What is being asked: Scan the records beneath this line for the line holding "#68=ADVANCED_FACE('',(#65),#67,.F.);" and the line holding "# FreeCAD 1.0 macro for this part", then transcribe exactly those two and all lines between.

Available data:
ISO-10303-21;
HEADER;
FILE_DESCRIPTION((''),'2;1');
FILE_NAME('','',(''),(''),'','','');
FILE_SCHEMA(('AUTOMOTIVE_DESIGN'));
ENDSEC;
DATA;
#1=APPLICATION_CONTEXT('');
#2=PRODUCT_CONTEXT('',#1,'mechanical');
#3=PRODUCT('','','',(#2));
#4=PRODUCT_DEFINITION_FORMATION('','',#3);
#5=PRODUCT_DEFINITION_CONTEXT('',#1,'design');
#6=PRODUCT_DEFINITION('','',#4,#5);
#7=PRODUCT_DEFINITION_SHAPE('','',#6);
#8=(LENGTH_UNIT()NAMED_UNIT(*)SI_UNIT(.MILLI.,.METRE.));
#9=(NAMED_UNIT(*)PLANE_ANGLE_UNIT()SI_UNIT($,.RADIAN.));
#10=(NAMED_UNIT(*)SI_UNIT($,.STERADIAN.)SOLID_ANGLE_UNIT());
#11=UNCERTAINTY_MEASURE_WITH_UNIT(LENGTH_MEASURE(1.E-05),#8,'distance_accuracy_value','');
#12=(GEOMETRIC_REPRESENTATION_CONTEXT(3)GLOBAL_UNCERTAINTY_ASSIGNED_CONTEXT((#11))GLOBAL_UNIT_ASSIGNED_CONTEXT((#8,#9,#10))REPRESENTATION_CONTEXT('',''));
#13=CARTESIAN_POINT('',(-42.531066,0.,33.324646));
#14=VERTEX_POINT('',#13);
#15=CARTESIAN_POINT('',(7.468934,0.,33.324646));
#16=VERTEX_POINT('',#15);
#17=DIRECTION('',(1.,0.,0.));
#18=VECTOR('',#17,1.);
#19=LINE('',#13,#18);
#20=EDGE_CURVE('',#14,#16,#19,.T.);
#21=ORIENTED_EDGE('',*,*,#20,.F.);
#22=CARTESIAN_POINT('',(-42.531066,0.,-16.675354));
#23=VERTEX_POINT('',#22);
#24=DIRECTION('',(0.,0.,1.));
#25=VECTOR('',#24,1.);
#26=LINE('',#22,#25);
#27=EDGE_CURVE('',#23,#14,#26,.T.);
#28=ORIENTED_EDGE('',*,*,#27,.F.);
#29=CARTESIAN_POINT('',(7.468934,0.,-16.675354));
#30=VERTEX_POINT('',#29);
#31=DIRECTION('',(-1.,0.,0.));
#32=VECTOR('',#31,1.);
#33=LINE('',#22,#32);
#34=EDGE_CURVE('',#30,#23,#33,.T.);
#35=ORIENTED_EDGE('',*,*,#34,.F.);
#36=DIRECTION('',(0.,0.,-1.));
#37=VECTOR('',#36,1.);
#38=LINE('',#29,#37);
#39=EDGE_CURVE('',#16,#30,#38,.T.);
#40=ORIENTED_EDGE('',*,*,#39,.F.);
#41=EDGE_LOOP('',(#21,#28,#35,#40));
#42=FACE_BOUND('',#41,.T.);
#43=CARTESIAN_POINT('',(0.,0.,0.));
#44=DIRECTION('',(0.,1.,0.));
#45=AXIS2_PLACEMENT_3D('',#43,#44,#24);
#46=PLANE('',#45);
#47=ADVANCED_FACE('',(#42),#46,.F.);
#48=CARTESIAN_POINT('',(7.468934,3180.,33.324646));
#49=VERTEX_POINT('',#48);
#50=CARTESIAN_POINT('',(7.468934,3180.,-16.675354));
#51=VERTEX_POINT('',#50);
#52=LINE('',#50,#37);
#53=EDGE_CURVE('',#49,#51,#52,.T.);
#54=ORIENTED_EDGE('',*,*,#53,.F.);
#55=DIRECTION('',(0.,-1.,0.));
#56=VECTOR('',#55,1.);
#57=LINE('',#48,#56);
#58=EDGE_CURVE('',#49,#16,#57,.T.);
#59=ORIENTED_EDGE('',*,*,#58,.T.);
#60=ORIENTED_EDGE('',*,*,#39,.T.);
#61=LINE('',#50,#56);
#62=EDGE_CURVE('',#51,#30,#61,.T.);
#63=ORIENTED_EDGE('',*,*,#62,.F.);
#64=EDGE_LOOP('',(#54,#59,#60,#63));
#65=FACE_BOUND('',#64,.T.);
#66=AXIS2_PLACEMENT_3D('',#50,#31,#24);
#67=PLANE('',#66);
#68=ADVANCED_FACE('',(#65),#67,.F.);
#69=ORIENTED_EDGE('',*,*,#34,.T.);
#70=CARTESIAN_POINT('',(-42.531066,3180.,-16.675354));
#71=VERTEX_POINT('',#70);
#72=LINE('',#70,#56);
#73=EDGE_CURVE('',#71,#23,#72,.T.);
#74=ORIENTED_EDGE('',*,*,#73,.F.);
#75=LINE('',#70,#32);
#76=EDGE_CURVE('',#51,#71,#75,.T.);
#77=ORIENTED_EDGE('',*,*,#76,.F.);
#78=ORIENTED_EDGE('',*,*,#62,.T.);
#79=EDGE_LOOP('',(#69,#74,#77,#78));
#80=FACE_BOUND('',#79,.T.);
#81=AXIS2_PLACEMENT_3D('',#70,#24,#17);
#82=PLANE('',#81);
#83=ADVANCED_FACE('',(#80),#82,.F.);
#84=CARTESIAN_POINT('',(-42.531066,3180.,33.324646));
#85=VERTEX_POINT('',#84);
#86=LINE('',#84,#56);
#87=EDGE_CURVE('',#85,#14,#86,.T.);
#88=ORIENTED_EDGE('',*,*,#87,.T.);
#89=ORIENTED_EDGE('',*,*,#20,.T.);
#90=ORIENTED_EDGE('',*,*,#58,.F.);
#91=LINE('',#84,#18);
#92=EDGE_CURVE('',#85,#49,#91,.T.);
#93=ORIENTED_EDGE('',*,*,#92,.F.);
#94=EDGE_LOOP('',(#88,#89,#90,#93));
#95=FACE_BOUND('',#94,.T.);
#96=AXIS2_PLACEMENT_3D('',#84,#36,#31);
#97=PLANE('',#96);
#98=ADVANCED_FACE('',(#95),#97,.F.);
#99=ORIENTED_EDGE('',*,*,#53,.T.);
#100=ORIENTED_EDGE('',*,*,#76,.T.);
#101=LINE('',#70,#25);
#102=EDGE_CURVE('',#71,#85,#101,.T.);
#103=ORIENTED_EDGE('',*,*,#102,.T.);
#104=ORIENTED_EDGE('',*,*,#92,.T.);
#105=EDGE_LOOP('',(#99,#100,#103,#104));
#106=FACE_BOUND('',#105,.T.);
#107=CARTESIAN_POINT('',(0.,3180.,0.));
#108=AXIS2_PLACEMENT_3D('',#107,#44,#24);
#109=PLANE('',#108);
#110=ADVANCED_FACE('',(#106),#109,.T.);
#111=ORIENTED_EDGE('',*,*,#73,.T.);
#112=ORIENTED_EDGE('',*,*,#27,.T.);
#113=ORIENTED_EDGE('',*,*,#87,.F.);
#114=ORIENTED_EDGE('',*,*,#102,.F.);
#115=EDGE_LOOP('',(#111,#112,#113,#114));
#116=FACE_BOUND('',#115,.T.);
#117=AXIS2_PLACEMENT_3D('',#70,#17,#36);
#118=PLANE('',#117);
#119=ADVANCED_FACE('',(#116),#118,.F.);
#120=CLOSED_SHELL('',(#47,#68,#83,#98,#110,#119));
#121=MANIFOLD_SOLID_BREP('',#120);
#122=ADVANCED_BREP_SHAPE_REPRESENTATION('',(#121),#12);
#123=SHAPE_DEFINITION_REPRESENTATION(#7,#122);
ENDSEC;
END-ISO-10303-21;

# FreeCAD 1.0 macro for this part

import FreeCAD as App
import Part
import Sketcher
from FreeCAD import Vector


def add_polygon(sketch, points):
    """Adds a closed chain of lines whose ends are joined by coincident constraints."""
    first, n = sketch.GeometryCount, len(points)
    for a, b in zip(points, points[1:] + points[:1]):
        sketch.addGeometry(Part.LineSegment(App.Vector(*a, 0), App.Vector(*b, 0)), False)
    for i in range(n):
        sketch.addConstraint(Sketcher.Constraint("Coincident", first + i, 2, first + (i + 1) % n, 1))

doc = App.newDocument("Part")
params = doc.addObject("Spreadsheet::Sheet", "Params")
for row, (alias, value) in enumerate([
    ("sketch1_width", "50 mm"),
    ("pad1_length", "3180 mm"),
], start=1):
    params.set(f"A{row}", alias)
    params.set(f"B{row}", "=" + value)
    params.setAlias(f"B{row}", alias)

body = doc.addObject("PartDesign::Body", "Body")

# Sketch on XZ plane
sketch1 = doc.addObject("Sketcher::SketchObject", "Sketch")
body.addObject(sketch1)
sketch1.AttachmentSupport = (doc.XZ_Plane, [""])
sketch1.MapMode = "FlatFace"
add_polygon(sketch1, [(-43, -17), (-43, 33), (7, 33), (7, -17)])  # lines 0-3
sketch1.addConstraint(Sketcher.Constraint("Vertical", 0))
sketch1.addConstraint(Sketcher.Constraint("Horizontal", 1))
sketch1.addConstraint(Sketcher.Constraint("Vertical", 2))
sketch1.addConstraint(Sketcher.Constraint("Horizontal", 3))
sketch1.addConstraint(Sketcher.Constraint("Equal", 3, 0))
sketch1.addConstraint(Sketcher.Constraint("DistanceX", 1, 1, 1, 2, 50.0))
sketch1.addConstraint(Sketcher.Constraint("DistanceX", 0, 2, -1, 1, 42.531066))
sketch1.addConstraint(Sketcher.Constraint("DistanceY", -1, 1, 0, 2, 33.324646))
sketch1.setExpression("Constraints[9]", "Params.sketch1_width")
pad1 = doc.addObject("PartDesign::Pad", "Pad")
body.addObject(pad1)
pad1.Profile = sketch1
pad1.setExpression("Length", "Params.pad1_length")
pad1.Reversed = True

doc.recompute()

Response for this exercise:
#68=ADVANCED_FACE('',(#65),#67,.F.);
#69=ORIENTED_EDGE('',*,*,#34,.T.);
#70=CARTESIAN_POINT('',(-42.531066,3180.,-16.675354));
#71=VERTEX_POINT('',#70);
#72=LINE('',#70,#56);
#73=EDGE_CURVE('',#71,#23,#72,.T.);
#74=ORIENTED_EDGE('',*,*,#73,.F.);
#75=LINE('',#70,#32);
#76=EDGE_CURVE('',#51,#71,#75,.T.);
#77=ORIENTED_EDGE('',*,*,#76,.F.);
#78=ORIENTED_EDGE('',*,*,#62,.T.);
#79=EDGE_LOOP('',(#69,#74,#77,#78));
#80=FACE_BOUND('',#79,.T.);
#81=AXIS2_PLACEMENT_3D('',#70,#24,#17);
#82=PLANE('',#81);
#83=ADVANCED_FACE('',(#80),#82,.F.);
#84=CARTESIAN_POINT('',(-42.531066,3180.,33.324646));
#85=VERTEX_POINT('',#84);
#86=LINE('',#84,#56);
#87=EDGE_CURVE('',#85,#14,#86,.T.);
#88=ORIENTED_EDGE('',*,*,#87,.T.);
#89=ORIENTED_EDGE('',*,*,#20,.T.);
#90=ORIENTED_EDGE('',*,*,#58,.F.);
#91=LINE('',#84,#18);
#92=EDGE_CURVE('',#85,#49,#91,.T.);
#93=ORIENTED_EDGE('',*,*,#92,.F.);
#94=EDGE_LOOP('',(#88,#89,#90,#93));
#95=FACE_BOUND('',#94,.T.);
#96=AXIS2_PLACEMENT_3D('',#84,#36,#31);
#97=PLANE('',#96);
#98=ADVANCED_FACE('',(#95),#97,.F.);
#99=ORIENTED_EDGE('',*,*,#53,.T.);
#100=ORIENTED_EDGE('',*,*,#76,.T.);
#101=LINE('',#70,#25);
#102=EDGE_CURVE('',#71,#85,#101,.T.);
#103=ORIENTED_EDGE('',*,*,#102,.T.);
#104=ORIENTED_EDGE('',*,*,#92,.T.);
#105=EDGE_LOOP('',(#99,#100,#103,#104));
#106=FACE_BOUND('',#105,.T.);
#107=CARTESIAN_POINT('',(0.,3180.,0.));
#108=AXIS2_PLACEMENT_3D('',#107,#44,#24);
#109=PLANE('',#108);
#110=ADVANCED_FACE('',(#106),#109,.T.);
#111=ORIENTED_EDGE('',*,*,#73,.T.);
#112=ORIENTED_EDGE('',*,*,#27,.T.);
#113=ORIENTED_EDGE('',*,*,#87,.F.);
#114=ORIENTED_EDGE('',*,*,#102,.F.);
#115=EDGE_LOOP('',(#111,#112,#113,#114));
#116=FACE_BOUND('',#115,.T.);
#117=AXIS2_PLACEMENT_3D('',#70,#17,#36);
#118=PLANE('',#117);
#119=ADVANCED_FACE('',(#116),#118,.F.);
#120=CLOSED_SHELL('',(#47,#68,#83,#98,#110,#119));
#121=MANIFOLD_SOLID_BREP('',#120);
#122=ADVANCED_BREP_SHAPE_REPRESENTATION('',(#121),#12);
#123=SHAPE_DEFINITION_REPRESENTATION(#7,#122);
ENDSEC;
END-ISO-10303-21;

# FreeCAD 1.0 macro for this part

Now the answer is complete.